◆ **Task**:
From the entries below, please output exactly the lines starting at the one containing "v -3.544 -17.462 2.032" and ending at the one containing "v -6.383 -17.462 3.767", both included.
────────────────────────────────────────
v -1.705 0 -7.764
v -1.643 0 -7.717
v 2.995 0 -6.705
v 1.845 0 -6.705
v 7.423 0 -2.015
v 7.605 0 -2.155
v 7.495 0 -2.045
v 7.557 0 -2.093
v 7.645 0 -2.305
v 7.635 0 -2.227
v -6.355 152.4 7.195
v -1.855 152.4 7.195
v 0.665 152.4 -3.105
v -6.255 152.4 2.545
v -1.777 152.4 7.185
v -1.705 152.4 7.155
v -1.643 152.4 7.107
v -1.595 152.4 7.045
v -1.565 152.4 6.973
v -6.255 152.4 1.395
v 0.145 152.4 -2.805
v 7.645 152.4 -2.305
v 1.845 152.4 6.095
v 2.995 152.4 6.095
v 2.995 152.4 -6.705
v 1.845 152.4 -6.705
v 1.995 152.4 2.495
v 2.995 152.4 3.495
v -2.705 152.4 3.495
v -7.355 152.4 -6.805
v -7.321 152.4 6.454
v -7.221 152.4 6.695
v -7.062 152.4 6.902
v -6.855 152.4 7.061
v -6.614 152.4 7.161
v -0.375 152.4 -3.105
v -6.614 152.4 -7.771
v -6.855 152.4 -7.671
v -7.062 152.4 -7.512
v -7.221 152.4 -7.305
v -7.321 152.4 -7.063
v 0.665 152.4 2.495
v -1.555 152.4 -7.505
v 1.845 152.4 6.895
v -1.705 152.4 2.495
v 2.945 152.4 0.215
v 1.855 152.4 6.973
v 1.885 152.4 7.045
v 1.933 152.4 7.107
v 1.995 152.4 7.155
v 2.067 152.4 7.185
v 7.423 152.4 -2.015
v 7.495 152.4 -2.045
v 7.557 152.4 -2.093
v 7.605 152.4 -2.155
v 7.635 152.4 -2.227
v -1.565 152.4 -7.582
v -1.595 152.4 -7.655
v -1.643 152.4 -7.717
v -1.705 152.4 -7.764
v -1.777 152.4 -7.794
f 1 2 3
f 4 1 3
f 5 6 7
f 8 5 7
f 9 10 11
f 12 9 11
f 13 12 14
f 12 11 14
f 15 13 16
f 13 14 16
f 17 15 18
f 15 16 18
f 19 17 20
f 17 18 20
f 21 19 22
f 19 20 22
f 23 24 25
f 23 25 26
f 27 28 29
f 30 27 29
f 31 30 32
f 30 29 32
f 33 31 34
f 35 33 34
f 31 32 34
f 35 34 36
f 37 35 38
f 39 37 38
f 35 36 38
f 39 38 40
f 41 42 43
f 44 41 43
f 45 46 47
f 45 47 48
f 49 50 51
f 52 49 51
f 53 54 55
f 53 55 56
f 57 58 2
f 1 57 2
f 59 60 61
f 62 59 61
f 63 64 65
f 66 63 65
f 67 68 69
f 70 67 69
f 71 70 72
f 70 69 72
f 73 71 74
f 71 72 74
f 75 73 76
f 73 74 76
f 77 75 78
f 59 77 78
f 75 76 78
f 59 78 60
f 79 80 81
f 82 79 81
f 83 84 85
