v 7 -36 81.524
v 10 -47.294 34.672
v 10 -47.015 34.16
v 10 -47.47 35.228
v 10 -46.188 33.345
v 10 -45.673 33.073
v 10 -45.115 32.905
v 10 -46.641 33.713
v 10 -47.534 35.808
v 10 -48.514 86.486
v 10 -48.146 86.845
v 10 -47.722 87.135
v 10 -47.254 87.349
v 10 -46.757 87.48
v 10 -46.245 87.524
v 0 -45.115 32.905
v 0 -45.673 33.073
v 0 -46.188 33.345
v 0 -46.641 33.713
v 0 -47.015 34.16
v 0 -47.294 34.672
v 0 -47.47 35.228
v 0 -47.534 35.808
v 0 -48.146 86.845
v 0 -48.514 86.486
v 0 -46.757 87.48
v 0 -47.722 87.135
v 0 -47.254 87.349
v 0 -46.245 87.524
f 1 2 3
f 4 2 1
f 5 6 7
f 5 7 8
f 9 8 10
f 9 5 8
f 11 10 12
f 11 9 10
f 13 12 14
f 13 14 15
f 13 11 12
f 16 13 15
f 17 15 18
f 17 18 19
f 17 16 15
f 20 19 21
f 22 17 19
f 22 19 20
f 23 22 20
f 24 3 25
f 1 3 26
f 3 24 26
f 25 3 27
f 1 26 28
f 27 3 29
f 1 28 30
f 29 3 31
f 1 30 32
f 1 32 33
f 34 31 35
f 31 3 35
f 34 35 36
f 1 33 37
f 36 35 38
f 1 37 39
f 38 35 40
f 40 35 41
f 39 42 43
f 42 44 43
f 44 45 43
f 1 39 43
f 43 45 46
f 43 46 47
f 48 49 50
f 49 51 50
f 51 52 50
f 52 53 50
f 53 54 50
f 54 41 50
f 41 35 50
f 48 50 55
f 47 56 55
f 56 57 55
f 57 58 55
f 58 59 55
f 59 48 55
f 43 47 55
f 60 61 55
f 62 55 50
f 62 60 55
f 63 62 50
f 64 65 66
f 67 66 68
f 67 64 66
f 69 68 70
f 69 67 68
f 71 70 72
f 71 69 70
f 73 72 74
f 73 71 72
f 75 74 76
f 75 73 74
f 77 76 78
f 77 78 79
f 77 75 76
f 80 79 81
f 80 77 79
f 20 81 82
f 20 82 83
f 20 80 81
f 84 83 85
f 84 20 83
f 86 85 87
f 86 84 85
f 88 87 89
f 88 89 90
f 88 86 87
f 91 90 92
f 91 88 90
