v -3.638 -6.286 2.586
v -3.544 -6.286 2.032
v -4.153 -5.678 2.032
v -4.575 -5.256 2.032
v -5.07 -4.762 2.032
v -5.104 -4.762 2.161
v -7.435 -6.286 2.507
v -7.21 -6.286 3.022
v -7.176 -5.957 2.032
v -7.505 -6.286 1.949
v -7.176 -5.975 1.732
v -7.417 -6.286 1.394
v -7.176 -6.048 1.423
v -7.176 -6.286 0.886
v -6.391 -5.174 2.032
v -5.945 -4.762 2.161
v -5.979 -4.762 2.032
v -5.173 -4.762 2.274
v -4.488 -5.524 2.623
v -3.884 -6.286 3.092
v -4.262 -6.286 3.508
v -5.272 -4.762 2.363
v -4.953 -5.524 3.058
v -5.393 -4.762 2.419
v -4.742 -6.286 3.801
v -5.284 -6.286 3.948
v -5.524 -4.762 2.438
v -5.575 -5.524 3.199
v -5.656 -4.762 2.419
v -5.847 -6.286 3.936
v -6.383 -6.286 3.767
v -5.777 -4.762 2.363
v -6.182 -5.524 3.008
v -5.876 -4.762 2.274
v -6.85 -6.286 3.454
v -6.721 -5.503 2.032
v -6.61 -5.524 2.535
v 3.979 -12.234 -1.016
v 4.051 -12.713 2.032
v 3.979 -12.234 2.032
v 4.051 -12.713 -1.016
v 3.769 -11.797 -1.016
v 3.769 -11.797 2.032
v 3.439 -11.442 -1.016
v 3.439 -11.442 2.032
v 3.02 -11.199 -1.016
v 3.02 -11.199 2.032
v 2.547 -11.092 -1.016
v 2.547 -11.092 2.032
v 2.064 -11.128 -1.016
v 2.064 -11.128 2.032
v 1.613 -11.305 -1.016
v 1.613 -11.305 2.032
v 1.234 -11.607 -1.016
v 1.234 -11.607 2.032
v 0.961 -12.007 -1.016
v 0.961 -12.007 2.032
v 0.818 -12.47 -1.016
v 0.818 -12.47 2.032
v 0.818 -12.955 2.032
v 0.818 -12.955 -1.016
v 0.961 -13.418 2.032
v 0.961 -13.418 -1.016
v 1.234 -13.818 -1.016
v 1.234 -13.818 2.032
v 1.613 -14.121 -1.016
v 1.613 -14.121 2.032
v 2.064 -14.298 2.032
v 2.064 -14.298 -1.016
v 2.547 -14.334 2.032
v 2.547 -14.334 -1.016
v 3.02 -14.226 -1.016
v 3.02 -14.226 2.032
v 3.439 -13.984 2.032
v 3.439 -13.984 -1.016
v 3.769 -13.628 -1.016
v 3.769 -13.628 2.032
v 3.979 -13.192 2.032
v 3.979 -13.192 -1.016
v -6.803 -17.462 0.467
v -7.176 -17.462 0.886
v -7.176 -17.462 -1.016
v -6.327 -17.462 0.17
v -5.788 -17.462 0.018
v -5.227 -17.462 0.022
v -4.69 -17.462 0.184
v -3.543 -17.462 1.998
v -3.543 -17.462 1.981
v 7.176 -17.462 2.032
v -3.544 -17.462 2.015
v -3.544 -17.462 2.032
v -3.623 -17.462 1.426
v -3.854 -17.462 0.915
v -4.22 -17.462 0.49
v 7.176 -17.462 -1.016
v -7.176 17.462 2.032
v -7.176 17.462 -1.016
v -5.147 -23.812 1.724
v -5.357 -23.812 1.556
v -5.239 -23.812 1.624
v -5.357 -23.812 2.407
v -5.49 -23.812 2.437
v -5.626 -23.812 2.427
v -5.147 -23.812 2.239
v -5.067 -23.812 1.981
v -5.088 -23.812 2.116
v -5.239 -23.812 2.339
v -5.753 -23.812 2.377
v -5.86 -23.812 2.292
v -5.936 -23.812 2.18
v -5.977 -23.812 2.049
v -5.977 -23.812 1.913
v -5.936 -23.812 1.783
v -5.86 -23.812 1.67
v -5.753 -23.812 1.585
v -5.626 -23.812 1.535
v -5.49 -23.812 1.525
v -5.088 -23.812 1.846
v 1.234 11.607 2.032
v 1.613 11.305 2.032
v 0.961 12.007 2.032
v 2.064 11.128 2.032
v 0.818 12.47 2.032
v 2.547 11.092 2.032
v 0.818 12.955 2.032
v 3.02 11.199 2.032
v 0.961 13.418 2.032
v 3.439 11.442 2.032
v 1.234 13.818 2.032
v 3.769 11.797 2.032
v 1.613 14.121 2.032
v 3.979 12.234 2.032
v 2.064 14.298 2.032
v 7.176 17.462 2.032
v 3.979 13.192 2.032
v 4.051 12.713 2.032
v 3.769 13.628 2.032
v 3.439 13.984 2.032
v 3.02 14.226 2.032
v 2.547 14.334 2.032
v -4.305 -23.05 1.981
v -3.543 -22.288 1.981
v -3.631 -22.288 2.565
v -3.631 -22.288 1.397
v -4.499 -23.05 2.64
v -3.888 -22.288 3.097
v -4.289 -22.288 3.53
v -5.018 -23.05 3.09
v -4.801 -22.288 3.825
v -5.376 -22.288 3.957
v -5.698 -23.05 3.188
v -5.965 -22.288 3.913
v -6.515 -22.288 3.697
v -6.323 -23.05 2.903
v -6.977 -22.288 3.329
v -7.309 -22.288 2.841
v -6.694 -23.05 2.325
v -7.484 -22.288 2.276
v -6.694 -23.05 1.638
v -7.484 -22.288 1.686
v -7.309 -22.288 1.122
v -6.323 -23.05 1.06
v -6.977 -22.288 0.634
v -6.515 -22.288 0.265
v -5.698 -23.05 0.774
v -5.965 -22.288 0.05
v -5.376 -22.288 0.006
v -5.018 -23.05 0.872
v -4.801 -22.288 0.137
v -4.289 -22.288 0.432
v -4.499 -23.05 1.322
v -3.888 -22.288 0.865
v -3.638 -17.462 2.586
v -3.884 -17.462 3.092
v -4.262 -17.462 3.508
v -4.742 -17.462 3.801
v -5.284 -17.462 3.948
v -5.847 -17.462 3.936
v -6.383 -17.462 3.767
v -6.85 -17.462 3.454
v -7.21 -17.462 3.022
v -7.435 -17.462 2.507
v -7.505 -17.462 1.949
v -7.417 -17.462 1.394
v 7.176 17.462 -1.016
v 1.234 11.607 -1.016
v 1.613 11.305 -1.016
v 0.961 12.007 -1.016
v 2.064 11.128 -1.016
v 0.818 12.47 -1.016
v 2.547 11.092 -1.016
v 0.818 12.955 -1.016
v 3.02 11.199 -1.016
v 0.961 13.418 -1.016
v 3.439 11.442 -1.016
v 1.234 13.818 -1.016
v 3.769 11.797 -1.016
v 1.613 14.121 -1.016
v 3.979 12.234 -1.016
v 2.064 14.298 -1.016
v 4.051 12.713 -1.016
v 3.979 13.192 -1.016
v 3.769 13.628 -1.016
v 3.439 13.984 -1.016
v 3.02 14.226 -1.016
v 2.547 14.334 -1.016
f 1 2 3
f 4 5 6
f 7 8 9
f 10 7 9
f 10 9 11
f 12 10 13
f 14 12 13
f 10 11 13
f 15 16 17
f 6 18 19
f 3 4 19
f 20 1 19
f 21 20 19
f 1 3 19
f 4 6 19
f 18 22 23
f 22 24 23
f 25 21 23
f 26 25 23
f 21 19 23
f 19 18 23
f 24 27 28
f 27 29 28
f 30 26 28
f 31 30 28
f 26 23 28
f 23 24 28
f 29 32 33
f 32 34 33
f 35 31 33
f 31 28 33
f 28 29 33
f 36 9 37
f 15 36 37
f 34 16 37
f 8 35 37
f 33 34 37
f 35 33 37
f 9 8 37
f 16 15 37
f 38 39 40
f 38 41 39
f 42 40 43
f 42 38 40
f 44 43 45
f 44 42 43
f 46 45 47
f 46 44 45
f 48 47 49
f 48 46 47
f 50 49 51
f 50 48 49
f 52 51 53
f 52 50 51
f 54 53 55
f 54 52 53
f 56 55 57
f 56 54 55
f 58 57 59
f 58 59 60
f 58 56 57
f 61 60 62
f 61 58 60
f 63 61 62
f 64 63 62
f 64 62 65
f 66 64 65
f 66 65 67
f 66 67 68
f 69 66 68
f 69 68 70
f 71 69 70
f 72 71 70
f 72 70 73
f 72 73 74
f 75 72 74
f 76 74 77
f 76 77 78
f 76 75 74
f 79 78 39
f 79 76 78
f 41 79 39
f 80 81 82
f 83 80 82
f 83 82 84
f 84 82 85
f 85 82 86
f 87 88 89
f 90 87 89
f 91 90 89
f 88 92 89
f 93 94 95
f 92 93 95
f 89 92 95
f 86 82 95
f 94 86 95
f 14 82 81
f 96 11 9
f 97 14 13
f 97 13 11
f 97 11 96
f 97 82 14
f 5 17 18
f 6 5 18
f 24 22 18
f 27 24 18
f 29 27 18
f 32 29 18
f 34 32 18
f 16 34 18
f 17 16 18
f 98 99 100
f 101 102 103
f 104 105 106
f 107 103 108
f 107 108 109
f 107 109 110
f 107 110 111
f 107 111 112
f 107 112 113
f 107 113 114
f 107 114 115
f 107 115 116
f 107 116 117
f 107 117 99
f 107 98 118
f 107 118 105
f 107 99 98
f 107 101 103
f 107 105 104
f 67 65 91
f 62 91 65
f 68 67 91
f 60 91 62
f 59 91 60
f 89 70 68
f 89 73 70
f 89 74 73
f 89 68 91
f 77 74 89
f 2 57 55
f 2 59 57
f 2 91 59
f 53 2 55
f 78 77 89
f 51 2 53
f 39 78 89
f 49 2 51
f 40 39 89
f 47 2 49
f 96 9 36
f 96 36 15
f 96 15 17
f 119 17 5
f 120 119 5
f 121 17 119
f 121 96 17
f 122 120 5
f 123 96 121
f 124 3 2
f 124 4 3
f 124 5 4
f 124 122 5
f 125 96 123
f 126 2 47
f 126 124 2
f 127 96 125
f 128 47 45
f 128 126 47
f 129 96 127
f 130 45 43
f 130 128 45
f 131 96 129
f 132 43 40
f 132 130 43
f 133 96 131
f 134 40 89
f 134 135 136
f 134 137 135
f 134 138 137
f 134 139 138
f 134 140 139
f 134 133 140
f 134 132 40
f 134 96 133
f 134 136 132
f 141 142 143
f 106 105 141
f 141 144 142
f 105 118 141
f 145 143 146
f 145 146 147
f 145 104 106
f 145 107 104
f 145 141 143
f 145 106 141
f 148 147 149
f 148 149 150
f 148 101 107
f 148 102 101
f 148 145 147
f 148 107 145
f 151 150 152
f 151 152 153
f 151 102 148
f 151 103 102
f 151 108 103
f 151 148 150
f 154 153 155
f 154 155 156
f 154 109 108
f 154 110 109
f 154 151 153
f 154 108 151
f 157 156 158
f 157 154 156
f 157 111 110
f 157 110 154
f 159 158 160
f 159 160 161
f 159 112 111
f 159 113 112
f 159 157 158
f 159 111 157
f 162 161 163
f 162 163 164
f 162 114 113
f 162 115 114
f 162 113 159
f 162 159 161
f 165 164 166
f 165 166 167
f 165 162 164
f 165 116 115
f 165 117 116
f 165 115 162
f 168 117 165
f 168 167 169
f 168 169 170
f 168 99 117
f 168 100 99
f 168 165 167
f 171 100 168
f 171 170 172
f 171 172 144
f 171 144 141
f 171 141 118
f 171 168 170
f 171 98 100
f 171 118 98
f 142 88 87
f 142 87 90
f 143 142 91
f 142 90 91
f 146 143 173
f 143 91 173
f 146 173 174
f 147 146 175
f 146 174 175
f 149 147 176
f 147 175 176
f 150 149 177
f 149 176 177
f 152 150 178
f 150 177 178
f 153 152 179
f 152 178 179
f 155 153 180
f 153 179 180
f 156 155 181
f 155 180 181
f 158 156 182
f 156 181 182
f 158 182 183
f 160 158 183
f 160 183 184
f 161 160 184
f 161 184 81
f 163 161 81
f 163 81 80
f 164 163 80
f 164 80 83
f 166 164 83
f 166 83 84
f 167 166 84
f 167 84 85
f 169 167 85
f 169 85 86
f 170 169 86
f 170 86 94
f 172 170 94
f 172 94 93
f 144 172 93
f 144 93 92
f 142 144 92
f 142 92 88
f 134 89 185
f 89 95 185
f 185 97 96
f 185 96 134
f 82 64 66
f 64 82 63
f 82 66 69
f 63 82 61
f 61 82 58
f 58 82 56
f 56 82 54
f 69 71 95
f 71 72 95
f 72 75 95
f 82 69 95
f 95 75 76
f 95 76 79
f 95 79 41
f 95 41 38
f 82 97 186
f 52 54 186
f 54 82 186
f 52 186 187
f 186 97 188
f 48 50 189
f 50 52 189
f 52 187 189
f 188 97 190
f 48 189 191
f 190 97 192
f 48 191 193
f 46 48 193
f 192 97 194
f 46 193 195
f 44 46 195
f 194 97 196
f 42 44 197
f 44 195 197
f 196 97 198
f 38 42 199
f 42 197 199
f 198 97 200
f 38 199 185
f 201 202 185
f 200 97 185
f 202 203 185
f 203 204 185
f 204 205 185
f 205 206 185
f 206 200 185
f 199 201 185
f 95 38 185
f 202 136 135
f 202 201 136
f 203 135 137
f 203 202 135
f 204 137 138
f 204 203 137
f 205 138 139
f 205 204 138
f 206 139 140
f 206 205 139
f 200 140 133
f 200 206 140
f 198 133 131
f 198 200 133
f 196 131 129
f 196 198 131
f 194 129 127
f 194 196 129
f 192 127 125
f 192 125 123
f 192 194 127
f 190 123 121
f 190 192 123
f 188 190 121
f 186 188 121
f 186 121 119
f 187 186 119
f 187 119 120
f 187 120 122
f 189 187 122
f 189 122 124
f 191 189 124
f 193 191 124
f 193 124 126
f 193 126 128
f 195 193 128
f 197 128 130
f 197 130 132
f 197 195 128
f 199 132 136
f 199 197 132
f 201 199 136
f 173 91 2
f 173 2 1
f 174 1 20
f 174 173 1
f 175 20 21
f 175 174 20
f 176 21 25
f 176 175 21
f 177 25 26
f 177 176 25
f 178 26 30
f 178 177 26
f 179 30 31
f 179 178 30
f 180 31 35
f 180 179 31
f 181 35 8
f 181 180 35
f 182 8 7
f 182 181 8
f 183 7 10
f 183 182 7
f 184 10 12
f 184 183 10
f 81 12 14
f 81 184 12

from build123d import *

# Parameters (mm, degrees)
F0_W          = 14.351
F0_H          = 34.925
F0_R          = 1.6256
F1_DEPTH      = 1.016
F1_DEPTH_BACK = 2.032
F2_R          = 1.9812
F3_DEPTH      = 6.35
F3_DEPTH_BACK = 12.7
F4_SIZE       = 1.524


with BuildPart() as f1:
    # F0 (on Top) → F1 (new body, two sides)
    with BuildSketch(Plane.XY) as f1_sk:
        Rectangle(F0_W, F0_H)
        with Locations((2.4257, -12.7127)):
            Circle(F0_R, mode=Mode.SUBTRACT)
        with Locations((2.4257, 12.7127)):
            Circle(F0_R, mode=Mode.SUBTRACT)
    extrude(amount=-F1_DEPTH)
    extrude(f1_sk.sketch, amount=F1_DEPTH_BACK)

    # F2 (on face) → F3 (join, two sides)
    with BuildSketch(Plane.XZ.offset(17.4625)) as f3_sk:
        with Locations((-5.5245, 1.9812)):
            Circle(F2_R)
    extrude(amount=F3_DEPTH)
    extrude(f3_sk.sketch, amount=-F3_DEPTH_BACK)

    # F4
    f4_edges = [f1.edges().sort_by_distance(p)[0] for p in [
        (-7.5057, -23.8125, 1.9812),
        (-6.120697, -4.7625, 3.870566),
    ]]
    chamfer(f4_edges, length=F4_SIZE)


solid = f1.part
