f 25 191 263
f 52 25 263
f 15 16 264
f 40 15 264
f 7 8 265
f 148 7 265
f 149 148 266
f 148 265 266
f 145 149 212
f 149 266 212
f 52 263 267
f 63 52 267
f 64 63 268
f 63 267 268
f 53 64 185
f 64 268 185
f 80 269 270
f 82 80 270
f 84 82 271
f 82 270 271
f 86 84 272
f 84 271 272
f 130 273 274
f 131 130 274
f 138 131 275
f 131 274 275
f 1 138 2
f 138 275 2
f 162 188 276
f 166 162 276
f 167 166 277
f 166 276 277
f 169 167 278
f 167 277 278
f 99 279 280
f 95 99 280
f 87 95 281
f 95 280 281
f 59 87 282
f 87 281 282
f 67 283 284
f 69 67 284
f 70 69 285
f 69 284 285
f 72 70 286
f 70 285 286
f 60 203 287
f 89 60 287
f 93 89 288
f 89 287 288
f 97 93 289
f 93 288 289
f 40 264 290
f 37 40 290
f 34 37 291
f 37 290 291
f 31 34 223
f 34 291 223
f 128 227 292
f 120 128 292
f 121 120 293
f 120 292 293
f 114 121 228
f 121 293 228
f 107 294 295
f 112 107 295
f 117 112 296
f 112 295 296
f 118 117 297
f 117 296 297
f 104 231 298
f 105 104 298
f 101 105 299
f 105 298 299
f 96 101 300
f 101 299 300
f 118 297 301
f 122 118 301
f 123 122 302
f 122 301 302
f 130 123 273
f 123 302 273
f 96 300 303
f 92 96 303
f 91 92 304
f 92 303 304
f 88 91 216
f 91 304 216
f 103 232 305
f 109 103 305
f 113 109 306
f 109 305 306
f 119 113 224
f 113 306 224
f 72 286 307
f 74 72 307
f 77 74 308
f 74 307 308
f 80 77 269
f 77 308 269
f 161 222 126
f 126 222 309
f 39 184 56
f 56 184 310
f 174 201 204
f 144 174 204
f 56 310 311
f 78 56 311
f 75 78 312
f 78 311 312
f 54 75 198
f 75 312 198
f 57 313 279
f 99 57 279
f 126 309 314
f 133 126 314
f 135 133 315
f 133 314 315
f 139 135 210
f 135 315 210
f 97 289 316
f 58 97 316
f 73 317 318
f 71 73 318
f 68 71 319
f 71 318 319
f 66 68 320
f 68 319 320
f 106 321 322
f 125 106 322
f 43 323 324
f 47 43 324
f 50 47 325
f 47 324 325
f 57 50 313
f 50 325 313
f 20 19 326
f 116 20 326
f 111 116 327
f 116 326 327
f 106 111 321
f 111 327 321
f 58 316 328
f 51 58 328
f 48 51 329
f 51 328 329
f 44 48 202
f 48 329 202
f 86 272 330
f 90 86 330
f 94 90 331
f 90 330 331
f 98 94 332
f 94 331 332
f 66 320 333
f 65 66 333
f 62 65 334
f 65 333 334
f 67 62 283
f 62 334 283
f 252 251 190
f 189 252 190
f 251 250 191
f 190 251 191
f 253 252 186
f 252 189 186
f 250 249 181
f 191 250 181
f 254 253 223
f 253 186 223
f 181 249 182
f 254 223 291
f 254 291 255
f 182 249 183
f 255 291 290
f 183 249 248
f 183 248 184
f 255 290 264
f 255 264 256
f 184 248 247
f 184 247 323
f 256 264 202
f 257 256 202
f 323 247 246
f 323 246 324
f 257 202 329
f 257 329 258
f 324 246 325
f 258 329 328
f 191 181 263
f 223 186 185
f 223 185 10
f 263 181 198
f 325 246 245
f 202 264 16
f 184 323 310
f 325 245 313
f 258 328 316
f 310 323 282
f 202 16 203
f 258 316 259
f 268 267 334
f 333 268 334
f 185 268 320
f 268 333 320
────────────────────────────────────────
◆ **Answer section**:
v -3.544 -17.462 2.032
v -3.623 -17.462 1.426
v -3.854 -17.462 0.915
v -4.22 -17.462 0.49
v 7.176 -17.462 -1.016
v -7.176 17.462 2.032
v -7.176 17.462 -1.016
v -5.147 -23.812 1.724
v -5.357 -23.812 1.556
v -5.239 -23.812 1.624
v -5.357 -23.812 2.407
v -5.49 -23.812 2.437
v -5.626 -23.812 2.427
v -5.147 -23.812 2.239
v -5.067 -23.812 1.981
v -5.088 -23.812 2.116
v -5.239 -23.812 2.339
v -5.753 -23.812 2.377
v -5.86 -23.812 2.292
v -5.936 -23.812 2.18
v -5.977 -23.812 2.049
v -5.977 -23.812 1.913
v -5.936 -23.812 1.783
v -5.86 -23.812 1.67
v -5.753 -23.812 1.585
v -5.626 -23.812 1.535
v -5.49 -23.812 1.525
v -5.088 -23.812 1.846
v 1.234 11.607 2.032
v 1.613 11.305 2.032
v 0.961 12.007 2.032
v 2.064 11.128 2.032
v 0.818 12.47 2.032
v 2.547 11.092 2.032
v 0.818 12.955 2.032
v 3.02 11.199 2.032
v 0.961 13.418 2.032
v 3.439 11.442 2.032
v 1.234 13.818 2.032
v 3.769 11.797 2.032
v 1.613 14.121 2.032
v 3.979 12.234 2.032
v 2.064 14.298 2.032
v 7.176 17.462 2.032
v 3.979 13.192 2.032
v 4.051 12.713 2.032
v 3.769 13.628 2.032
v 3.439 13.984 2.032
v 3.02 14.226 2.032
v 2.547 14.334 2.032
v -4.305 -23.05 1.981
v -3.543 -22.288 1.981
v -3.631 -22.288 2.565
v -3.631 -22.288 1.397
v -4.499 -23.05 2.64
v -3.888 -22.288 3.097
v -4.289 -22.288 3.53
v -5.018 -23.05 3.09
v -4.801 -22.288 3.825
v -5.376 -22.288 3.957
v -5.698 -23.05 3.188
v -5.965 -22.288 3.913
v -6.515 -22.288 3.697
v -6.323 -23.05 2.903
v -6.977 -22.288 3.329
v -7.309 -22.288 2.841
v -6.694 -23.05 2.325
v -7.484 -22.288 2.276
v -6.694 -23.05 1.638
v -7.484 -22.288 1.686
v -7.309 -22.288 1.122
v -6.323 -23.05 1.06
v -6.977 -22.288 0.634
v -6.515 -22.288 0.265
v -5.698 -23.05 0.774
v -5.965 -22.288 0.05
v -5.376 -22.288 0.006
v -5.018 -23.05 0.872
v -4.801 -22.288 0.137
v -4.289 -22.288 0.432
v -4.499 -23.05 1.322
v -3.888 -22.288 0.865
v -3.638 -17.462 2.586
v -3.884 -17.462 3.092
v -4.262 -17.462 3.508
v -4.742 -17.462 3.801
v -5.284 -17.462 3.948
v -5.847 -17.462 3.936
v -6.383 -17.462 3.767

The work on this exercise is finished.